Create a folder called lib within your Eclipse project (again, neither within bin nor src). Copy the JAR into the new lib folder. Then go back into Eclipse, refresh your Eclipse project by right-clicking on it in Package Explorer and clicking Refresh. Finally, right-click the JAR file (which should now appear in a lib folder within your project), select Build Path and then Add to Build Path. This will make the Protocol Buffers support library available in your project.

When you write .proto file(s), store them in the src folder of your Eclipse project. .proto files are source code, so this is a sensible place to put them.

When you've made changes to your .proto file(s), execute the following command for each of them, from a command prompt or terminal window (from within the folder containing your Eclipse project, again not within bin or src):

    protoc --java_out=src YOUR_PROTO_FILE.proto

This command will generate new .java files, placing them into the package (subfolders) specified in your .proto file automatically. Whenever you've recompiled your .proto file(s), refresh your Eclipse project to pick up the new versions of the files, by right-clicking on the project in Package Explorer and clicking Refresh. Note that when you remove a .proto file, you'll also need to remove the corresponding .java file that you've already generated, if any.
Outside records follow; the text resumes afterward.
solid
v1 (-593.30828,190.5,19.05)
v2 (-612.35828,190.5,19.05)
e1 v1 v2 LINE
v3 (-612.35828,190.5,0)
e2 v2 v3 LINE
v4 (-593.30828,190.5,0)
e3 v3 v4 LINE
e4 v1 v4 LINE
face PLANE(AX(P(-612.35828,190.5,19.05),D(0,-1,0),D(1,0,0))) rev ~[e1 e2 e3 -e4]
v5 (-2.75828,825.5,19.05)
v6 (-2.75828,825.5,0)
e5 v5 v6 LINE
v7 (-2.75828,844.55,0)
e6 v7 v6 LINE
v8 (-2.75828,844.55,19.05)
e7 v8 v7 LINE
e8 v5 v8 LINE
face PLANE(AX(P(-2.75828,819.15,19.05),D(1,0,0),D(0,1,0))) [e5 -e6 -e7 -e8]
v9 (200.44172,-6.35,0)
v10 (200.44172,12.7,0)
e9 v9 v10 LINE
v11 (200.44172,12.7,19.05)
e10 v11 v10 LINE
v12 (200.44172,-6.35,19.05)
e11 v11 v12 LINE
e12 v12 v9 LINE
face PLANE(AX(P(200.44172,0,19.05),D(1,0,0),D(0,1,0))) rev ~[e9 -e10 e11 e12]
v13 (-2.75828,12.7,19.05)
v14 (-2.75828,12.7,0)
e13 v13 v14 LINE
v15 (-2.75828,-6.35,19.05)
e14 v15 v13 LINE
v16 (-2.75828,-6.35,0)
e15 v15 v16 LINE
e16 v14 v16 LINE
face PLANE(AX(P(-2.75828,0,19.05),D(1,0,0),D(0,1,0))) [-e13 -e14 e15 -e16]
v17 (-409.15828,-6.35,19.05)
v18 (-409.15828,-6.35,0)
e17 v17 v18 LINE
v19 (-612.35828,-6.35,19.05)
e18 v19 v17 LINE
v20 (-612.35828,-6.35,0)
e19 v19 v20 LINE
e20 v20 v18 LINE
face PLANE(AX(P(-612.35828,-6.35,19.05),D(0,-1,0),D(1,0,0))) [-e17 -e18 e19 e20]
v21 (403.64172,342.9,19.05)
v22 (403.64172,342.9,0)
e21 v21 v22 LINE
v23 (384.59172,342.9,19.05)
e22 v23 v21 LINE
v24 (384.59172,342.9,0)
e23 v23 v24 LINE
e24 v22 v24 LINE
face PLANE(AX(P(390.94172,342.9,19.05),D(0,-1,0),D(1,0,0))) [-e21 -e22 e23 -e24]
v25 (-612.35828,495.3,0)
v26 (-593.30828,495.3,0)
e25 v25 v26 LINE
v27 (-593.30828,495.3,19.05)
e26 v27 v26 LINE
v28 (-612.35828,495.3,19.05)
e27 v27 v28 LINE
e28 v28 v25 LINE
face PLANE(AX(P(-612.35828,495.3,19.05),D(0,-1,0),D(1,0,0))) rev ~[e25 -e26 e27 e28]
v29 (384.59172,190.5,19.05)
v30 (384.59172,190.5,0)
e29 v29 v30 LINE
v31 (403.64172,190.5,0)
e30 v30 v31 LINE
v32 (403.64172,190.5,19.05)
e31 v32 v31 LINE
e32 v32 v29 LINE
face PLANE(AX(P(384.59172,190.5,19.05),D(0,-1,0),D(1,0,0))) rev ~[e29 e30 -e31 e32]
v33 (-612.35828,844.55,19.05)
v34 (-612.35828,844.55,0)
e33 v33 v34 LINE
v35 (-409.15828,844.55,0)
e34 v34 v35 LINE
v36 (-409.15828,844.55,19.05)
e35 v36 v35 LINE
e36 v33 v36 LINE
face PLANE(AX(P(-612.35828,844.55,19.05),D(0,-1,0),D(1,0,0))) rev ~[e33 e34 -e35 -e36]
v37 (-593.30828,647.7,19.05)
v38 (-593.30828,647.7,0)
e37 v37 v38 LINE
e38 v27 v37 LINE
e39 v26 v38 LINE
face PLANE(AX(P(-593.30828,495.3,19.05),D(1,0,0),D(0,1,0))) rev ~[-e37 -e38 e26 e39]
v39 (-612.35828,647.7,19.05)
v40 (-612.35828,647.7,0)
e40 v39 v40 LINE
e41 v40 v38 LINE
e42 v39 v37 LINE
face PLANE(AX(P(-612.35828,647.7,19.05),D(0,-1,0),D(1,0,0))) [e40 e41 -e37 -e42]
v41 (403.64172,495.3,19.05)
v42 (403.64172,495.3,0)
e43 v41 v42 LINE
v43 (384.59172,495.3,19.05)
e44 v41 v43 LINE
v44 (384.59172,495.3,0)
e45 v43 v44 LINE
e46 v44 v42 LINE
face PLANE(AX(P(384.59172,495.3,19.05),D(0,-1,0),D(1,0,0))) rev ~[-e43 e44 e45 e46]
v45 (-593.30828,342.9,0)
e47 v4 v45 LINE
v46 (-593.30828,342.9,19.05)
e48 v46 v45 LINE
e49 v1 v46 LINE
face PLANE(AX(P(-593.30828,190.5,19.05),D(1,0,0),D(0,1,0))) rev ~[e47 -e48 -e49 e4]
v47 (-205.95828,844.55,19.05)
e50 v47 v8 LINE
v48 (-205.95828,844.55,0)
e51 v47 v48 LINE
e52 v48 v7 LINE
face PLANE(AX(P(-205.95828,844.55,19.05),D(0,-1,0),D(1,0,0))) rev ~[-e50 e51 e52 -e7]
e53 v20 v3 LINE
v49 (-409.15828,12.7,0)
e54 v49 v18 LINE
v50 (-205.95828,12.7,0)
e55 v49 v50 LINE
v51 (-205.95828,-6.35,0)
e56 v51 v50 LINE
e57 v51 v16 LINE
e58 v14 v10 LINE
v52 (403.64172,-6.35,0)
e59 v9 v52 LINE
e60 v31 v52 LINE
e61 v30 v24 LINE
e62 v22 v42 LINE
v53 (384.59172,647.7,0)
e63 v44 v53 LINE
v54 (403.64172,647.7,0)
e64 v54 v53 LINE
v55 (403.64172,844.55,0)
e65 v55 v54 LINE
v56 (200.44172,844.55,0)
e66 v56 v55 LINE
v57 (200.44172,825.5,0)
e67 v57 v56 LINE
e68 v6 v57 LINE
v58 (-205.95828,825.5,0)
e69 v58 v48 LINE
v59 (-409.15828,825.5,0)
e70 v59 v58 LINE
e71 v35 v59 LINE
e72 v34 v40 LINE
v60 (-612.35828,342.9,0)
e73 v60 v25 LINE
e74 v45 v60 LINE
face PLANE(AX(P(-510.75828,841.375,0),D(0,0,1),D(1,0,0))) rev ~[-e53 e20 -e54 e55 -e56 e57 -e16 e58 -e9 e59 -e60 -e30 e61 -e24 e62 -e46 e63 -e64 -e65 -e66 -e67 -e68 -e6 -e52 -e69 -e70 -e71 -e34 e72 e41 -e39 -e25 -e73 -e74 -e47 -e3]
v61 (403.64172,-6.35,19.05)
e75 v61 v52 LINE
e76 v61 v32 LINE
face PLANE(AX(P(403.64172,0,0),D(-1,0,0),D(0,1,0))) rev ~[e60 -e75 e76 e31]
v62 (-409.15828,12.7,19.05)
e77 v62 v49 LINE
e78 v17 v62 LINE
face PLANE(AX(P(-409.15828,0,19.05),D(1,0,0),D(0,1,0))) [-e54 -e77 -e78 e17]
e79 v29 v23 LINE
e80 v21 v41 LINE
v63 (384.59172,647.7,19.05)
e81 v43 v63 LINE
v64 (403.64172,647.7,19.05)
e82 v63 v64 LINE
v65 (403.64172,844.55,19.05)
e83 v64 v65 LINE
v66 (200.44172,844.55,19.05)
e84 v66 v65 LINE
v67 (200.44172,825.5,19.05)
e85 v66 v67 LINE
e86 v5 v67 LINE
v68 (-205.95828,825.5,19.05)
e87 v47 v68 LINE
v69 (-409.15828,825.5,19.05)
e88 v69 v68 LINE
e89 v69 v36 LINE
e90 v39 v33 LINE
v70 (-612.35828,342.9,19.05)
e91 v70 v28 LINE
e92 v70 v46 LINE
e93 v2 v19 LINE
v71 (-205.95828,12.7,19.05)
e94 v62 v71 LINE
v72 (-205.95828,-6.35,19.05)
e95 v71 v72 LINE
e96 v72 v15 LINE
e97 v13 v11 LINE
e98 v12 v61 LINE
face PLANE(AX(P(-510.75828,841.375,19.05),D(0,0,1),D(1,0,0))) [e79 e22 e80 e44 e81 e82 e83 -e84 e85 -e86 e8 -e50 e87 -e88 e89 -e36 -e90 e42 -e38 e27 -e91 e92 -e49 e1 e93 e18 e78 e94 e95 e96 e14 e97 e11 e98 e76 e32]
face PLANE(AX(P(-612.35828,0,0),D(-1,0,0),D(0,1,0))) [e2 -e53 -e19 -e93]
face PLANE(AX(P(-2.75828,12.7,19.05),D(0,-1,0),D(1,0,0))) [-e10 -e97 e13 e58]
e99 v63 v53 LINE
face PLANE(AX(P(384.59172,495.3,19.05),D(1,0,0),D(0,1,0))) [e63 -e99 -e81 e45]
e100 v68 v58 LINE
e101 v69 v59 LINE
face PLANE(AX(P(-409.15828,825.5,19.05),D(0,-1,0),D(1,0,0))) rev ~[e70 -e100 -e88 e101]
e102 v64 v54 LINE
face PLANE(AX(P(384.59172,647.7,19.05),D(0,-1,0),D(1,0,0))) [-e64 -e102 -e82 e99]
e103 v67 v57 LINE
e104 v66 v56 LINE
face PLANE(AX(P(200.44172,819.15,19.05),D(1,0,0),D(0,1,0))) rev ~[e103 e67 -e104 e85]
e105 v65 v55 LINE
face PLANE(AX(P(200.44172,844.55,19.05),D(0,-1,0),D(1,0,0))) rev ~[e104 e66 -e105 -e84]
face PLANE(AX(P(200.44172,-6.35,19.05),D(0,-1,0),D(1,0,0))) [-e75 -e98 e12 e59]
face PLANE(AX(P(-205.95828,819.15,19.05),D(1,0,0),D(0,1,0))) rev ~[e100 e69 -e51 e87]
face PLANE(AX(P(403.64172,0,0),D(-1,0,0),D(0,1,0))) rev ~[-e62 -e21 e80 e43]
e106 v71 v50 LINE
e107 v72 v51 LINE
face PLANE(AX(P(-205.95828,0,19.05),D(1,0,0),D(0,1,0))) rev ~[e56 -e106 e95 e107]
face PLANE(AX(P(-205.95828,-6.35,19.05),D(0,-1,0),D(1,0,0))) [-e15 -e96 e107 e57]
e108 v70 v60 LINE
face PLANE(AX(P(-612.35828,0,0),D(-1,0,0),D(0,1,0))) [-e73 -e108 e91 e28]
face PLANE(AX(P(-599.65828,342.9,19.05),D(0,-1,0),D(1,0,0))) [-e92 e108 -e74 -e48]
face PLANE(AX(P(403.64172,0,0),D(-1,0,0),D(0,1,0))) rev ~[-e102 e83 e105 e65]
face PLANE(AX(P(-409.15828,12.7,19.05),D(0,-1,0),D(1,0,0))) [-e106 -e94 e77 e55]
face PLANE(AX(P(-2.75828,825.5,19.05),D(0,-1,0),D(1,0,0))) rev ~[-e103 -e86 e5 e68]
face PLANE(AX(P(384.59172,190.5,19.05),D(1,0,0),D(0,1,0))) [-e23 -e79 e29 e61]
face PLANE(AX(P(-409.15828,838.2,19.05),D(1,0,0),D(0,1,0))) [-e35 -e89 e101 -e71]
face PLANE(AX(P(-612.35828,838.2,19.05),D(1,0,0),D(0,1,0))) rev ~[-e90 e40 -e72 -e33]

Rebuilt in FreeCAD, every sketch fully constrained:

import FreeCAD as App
import Part
import Sketcher
from FreeCAD import Vector
Q = App.Units.Quantity

doc = App.newDocument("Part")
body = doc.addObject("PartDesign::Body", "Body")

# Sketch on XY plane
sketch1 = body.newObject("Sketcher::SketchObject", "Sketch")
sketch1.AttachmentSupport = (doc.getObject("XY_Plane"), [""])
sketch1.MapMode = "FlatFace"
sketch1.addGeometry([
    Part.LineSegment(Vector(-612, 838, 0), Vector(-612, 0, 0)),
    Part.LineSegment(Vector(-612, 0, 0), Vector(404, 0, 0)),
    Part.LineSegment(Vector(404, 0, 0), Vector(404, 838, 0)),
    Part.LineSegment(Vector(404, 838, 0), Vector(-612, 838, 0)),
], False)
sketch1.addConstraint([
    Sketcher.Constraint("Coincident", 0, 2, 1, 1),
    Sketcher.Constraint("Coincident", 1, 2, 2, 1),
    Sketcher.Constraint("Coincident", 2, 2, 3, 1),
    Sketcher.Constraint("Coincident", 3, 2, 0, 1),
    Sketcher.Constraint("Vertical", 0),
    Sketcher.Constraint("Horizontal", 1),
    Sketcher.Constraint("Vertical", 2),
    Sketcher.Constraint("Horizontal", 3),
    Sketcher.Constraint("PointOnObject", 0, 2, -1),
    Sketcher.Constraint("DistanceX", 1, 1, 1, 2, Q("40 in")),
    Sketcher.Constraint("DistanceY", 0, 2, 0, 1, Q("33 in")),
    Sketcher.Constraint("DistanceX", 0, 2, -1, 1, Q("612.35828 mm")),
])
pad1 = body.newObject("PartDesign::Pad", "Pad")
pad1.Profile = sketch1
pad1.Length = Q("0.75 in")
I have heard that there are Eclipse plug-ins for Protocol Buffers that mitigate some of these kinds of file-management tasks, though I've yet to try any of them; you're welcome to give one of them a shot, but you'll be on your own in terms of getting it to work.

An additional, optional challenge — Using Protocol Buffers to combine Java with either C++, Python, Erlang, or something else

Protocol Buffers is not just a technique for efficiently serializing and deserializing messages in Java programs. It is also made language-independent by the presence of Protocol Buffers compilers for multiple programming languages. The official Google release includes compilers that generate C++ and Python, in addition to Java; other languages are supported (at varying levels of completeness) by separate projects, such as a variety of open-source alternatives listed here. For example, in lecture, we saw an Erlang implementation of Protocol Buffers, which you can download from GitHub. Compiling it is a little tricky, but I'm happy to help if you'd like.

As an additional challenge, once you've finished your two Java programs, write compatible versions of either or both programs in either C++, Python, Erlang, or something else. The appropriate Protocol Buffers compiler for your chosen programming language will support part of this effort, though you'll also need to solve the problems of determining message types and message boundaries separately in your new program, in a way that's compatible with your Java programs. Once finished, you should be able to write output from your Java program and read it into a program written in another language.

As with other additional challenges offered in this course, no extra credit is offered for this one, but it will allow you to delve into territory beyond what we've covered in this course, if you're so inclined.